Binary stars, by definition, orbit each other. If this orbit is aligned along the line-of-sight of the observer, periodic dimming in brightness will occur; critically, this can resemble an exoplanet transit. This resemblance between binary star eclipses and exoplanet transits is particularly strong when the two binary stars are of similar size and brightness, as then the 'dips' will be closer in size and look more like a repeated planet signal.

## Imports

We'll be using the "typical" packages for the webinar.
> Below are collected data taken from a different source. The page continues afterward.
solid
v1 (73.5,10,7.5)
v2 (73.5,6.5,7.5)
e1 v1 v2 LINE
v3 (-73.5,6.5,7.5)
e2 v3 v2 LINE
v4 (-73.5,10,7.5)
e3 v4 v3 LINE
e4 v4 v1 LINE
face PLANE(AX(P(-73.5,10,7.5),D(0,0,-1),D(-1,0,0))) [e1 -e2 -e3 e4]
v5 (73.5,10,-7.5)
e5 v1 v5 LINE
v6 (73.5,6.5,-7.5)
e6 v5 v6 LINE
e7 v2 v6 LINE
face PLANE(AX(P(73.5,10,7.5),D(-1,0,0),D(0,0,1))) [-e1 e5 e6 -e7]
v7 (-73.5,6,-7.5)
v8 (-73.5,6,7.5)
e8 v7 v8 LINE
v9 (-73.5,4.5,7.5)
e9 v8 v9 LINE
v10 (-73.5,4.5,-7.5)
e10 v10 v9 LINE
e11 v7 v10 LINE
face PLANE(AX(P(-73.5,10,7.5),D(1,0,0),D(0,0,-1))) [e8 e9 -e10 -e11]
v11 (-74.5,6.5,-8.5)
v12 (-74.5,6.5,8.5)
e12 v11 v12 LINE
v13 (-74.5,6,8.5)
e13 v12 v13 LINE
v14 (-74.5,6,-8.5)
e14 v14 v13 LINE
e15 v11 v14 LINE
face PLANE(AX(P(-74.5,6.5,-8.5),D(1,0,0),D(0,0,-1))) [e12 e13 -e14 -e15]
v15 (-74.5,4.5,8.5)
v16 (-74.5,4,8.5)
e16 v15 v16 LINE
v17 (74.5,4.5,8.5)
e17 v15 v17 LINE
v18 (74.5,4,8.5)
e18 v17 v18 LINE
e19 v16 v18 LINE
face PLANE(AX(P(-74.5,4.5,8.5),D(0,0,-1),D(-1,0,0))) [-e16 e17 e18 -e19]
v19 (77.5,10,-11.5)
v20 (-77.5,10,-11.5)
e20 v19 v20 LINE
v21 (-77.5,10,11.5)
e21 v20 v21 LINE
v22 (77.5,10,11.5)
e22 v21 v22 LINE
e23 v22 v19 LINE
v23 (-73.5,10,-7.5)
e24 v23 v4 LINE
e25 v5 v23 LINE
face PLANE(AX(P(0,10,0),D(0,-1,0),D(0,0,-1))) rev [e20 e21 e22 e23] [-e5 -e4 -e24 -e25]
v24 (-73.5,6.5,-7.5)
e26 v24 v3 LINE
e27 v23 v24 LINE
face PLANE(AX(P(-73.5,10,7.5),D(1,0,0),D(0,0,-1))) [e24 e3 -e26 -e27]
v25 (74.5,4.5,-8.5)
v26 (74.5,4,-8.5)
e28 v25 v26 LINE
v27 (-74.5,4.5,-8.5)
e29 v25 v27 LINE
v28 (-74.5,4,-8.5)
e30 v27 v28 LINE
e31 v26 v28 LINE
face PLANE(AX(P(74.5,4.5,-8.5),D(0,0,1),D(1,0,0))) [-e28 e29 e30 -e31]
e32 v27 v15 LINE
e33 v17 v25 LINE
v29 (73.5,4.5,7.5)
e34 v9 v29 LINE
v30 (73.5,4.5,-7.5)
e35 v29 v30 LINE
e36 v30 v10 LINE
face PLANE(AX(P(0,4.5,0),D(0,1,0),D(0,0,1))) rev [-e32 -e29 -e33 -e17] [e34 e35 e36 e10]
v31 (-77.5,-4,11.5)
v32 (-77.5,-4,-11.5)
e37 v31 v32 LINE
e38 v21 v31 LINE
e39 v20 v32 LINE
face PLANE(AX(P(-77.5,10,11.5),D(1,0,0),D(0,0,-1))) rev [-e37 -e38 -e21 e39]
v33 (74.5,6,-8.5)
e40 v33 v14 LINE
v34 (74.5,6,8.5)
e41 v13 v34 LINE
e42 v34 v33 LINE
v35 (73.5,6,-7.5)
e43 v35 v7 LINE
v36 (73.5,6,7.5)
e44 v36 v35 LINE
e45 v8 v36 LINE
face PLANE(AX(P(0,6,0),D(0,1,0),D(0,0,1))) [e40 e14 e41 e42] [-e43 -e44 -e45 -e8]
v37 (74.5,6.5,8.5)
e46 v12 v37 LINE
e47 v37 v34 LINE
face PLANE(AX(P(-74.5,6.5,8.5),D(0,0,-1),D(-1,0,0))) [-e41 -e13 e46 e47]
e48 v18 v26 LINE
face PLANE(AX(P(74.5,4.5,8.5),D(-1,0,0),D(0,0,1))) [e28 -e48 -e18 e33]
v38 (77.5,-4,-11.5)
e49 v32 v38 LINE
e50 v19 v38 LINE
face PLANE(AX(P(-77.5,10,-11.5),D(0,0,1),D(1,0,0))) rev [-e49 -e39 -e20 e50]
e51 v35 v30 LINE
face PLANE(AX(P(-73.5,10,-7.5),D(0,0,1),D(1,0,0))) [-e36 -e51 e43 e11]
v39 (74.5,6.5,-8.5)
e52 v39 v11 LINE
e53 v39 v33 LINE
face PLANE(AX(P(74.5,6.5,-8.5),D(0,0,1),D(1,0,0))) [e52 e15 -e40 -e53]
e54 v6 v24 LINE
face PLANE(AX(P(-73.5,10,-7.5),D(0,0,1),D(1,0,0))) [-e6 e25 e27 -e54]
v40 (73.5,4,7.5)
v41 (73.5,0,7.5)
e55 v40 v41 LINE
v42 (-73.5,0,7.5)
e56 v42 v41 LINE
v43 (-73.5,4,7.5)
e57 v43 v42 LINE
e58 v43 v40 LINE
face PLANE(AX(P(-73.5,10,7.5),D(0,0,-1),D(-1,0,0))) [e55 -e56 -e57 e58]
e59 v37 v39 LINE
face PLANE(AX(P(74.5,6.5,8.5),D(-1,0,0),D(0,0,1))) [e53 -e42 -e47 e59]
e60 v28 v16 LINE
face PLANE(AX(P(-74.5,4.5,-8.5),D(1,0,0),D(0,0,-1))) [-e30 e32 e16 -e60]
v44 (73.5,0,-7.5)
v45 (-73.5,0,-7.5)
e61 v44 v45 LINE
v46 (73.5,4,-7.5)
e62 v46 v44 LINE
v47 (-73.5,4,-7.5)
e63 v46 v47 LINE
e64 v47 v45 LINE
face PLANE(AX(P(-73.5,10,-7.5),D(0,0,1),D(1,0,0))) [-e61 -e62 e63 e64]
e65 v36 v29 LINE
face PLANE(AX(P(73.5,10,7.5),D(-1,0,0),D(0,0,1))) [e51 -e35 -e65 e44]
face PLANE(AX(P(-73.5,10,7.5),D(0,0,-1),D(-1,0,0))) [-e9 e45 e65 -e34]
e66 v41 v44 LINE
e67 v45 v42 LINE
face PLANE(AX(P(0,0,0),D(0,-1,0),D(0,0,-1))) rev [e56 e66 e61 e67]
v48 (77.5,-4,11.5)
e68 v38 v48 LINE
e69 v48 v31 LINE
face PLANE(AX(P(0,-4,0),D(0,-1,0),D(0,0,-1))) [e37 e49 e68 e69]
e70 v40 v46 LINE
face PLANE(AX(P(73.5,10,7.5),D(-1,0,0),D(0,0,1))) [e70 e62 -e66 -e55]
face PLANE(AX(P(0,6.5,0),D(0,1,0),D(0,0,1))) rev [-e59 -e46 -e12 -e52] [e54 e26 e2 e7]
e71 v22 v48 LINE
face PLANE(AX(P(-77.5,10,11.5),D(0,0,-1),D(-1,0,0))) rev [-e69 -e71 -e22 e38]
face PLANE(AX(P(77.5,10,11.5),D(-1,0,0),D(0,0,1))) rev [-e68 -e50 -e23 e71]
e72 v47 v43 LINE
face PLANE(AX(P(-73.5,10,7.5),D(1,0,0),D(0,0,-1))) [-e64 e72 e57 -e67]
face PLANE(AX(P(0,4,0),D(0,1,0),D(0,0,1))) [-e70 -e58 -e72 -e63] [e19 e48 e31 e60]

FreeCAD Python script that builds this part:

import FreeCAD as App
import Part
import Sketcher
from FreeCAD import Vector
Q = App.Units.Quantity


def add_polygon(sketch, points):
    """Adds a closed chain of lines whose ends are joined by coincident constraints."""
    first, n = sketch.GeometryCount, len(points)
    for a, b in zip(points, points[1:] + points[:1]):
        sketch.addGeometry(Part.LineSegment(App.Vector(*a, 0), App.Vector(*b, 0)), False)
    for i in range(n):
        sketch.addConstraint(Sketcher.Constraint("Coincident", first + i, 2, first + (i + 1) % n, 1))

doc = App.newDocument("Part")
body = doc.addObject("PartDesign::Body", "Body")

sketch1 = body.newObject("Sketcher::SketchObject", "Sketch")
sketch1.AttachmentSupport = (doc.getObject("XZ_Plane"), [""])
sketch1.MapMode = "FlatFace"
add_polygon(sketch1, [(-78, -12), (-78, 12), (78, 12), (78, -12)])
add_polygon(sketch1, [(74, 8), (-74, 8), (-74, -8), (74, -8)])
sketch1.addConstraint([
    Sketcher.Constraint("Vertical", 0),
    Sketcher.Constraint("Horizontal", 1),
    Sketcher.Constraint("Vertical", 2),
    Sketcher.Constraint("Horizontal", 3),
    Sketcher.Constraint("Horizontal", 4),
    Sketcher.Constraint("Vertical", 5),
    Sketcher.Constraint("Horizontal", 6),
    Sketcher.Constraint("Vertical", 7),
    Sketcher.Constraint("Symmetric", 0, 2, 2, 2, -1, 1),
    Sketcher.Constraint("Symmetric", 4, 2, 6, 2, -1, 1),
    Sketcher.Constraint("DistanceX", 1, 1, 1, 2, Q("155 mm")),
    Sketcher.Constraint("DistanceX", 4, 2, 4, 1, Q("147 mm")),
    Sketcher.Constraint("DistanceY", 0, 1, 0, 2, Q("23 mm")),
    Sketcher.Constraint("DistanceY", 5, 2, 5, 1, Q("15 mm")),
])
pad1 = body.newObject("PartDesign::Pad", "Pad")
pad1.Profile = sketch1
pad1.Length = 10
pad1.Reversed = True

sketch2 = body.newObject("Sketcher::SketchObject", "Sketch001")
sketch2.AttachmentSupport = (doc.getObject("XZ_Plane"), [""])
sketch2.MapMode = "FlatFace"
add_polygon(sketch2, [(-78, 12), (-78, -12), (78, -12), (78, 12)])
sketch2.addConstraint([
    Sketcher.Constraint("Vertical", 0),
    Sketcher.Constraint("Horizontal", 1),
    Sketcher.Constraint("Vertical", 2),
    Sketcher.Constraint("Horizontal", 3),
    Sketcher.Constraint("Symmetric", 0, 2, 2, 2, -1, 1),
    Sketcher.Constraint("DistanceX", 1, 1, 1, 2, Q("155 mm")),
    Sketcher.Constraint("DistanceY", 0, 2, 0, 1, Q("23 mm")),
])
pad2 = body.newObject("PartDesign::Pad", "Pad001")
pad2.Profile = sketch2
pad2.Length = 4

sketch3 = body.newObject("Sketcher::SketchObject", "Sketch002")
sketch3.AttachmentSupport = (doc.getObject("XZ_Plane"), [""])
sketch3.MapMode = "FlatFace"
sketch3.AttachmentOffset = App.Placement(Vector(0, 0, -4), App.Rotation())
add_polygon(sketch3, [(-74, -8), (-74, 8), (74, 8), (74, -8)])
add_polygon(sketch3, [(74, 8), (-74, 8), (-74, -8), (74, -8)])
sketch3.addConstraint([
    Sketcher.Constraint("Vertical", 0),
    Sketcher.Constraint("Horizontal", 1),
    Sketcher.Constraint("Vertical", 2),
    Sketcher.Constraint("Horizontal", 3),
    Sketcher.Constraint("Horizontal", 4),
    Sketcher.Constraint("Vertical", 5),
    Sketcher.Constraint("Horizontal", 6),
    Sketcher.Constraint("Vertical", 7),
    Sketcher.Constraint("Symmetric", 0, 2, 2, 2, -1, 1),
    Sketcher.Constraint("Symmetric", 4, 2, 6, 2, -1, 1),
    Sketcher.Constraint("DistanceX", 1, 1, 1, 2, Q("149 mm")),
    Sketcher.Constraint("DistanceX", 4, 2, 4, 1, Q("147 mm")),
    Sketcher.Constraint("DistanceY", 0, 1, 0, 2, Q("17 mm")),
    Sketcher.Constraint("DistanceY", 5, 2, 5, 1, Q("15 mm")),
])
pocket1 = body.newObject("PartDesign::Pocket", "Pocket")
pocket1.Profile = sketch3
pocket1.Length = 0.5

sketch4 = body.newObject("Sketcher::SketchObject", "Sketch003")
sketch4.AttachmentSupport = (doc.getObject("XZ_Plane"), [""])
sketch4.MapMode = "FlatFace"
sketch4.AttachmentOffset = App.Placement(Vector(0, 0, -6), App.Rotation())
add_polygon(sketch4, [(-74, -8), (-74, 8), (74, 8), (74, -8)])
sketch4.addConstraint([
    Sketcher.Constraint("Vertical", 0),
    Sketcher.Constraint("Horizontal", 1),
    Sketcher.Constraint("Vertical", 2),
    Sketcher.Constraint("Horizontal", 3),
    Sketcher.Constraint("Symmetric", 0, 2, 2, 2, -1, 1),
    Sketcher.Constraint("DistanceX", 1, 1, 1, 2, Q("149 mm")),
    Sketcher.Constraint("DistanceY", 0, 1, 0, 2, Q("17 mm")),
])
pocket2 = body.newObject("PartDesign::Pocket", "Pocket001")
pocket2.Profile = sketch4
pocket2.Length = 0.5

doc.recompute()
Of note:

- `astroquery.mast` to query for Observations
- `s3fs` to access cloud data
- `lightkurve` to analyze light curves

In [None]:
%matplotlib inline

import numpy as np
import matplotlib.pyplot as plt
import lightkurve as lk
import s3fs
import warnings

from astropy.table import Table, Column
from astroquery.mast import Mast
from astroquery.mast import Observations
from astropy.io import fits

# Enable the cloud filesystem
fs = s3fs.S3FileSystem(anon=True)
Observations.enable_cloud_dataset()

## Retrieving a Light Curve

We'll start our query, as we have previously, by picking a target, filtering for files, then turning them into cloud URIs. Today's target is `V* V839 Cep`, which is a known binary star system. To speed up the search, we'll use its corresponding TIC ID. We'll also limit results to sectors 15, 16, and 17, both for future consistency and to further optimize this query.

In [None]:
# Retrieving the data directly using astroquery
obs = Observations.query_criteria(target_name = "375422201"
                                  , obs_collection="TESS"
                                  , dataproduct_type="timeseries"
                                  , sequence_number=[15, 16, 17])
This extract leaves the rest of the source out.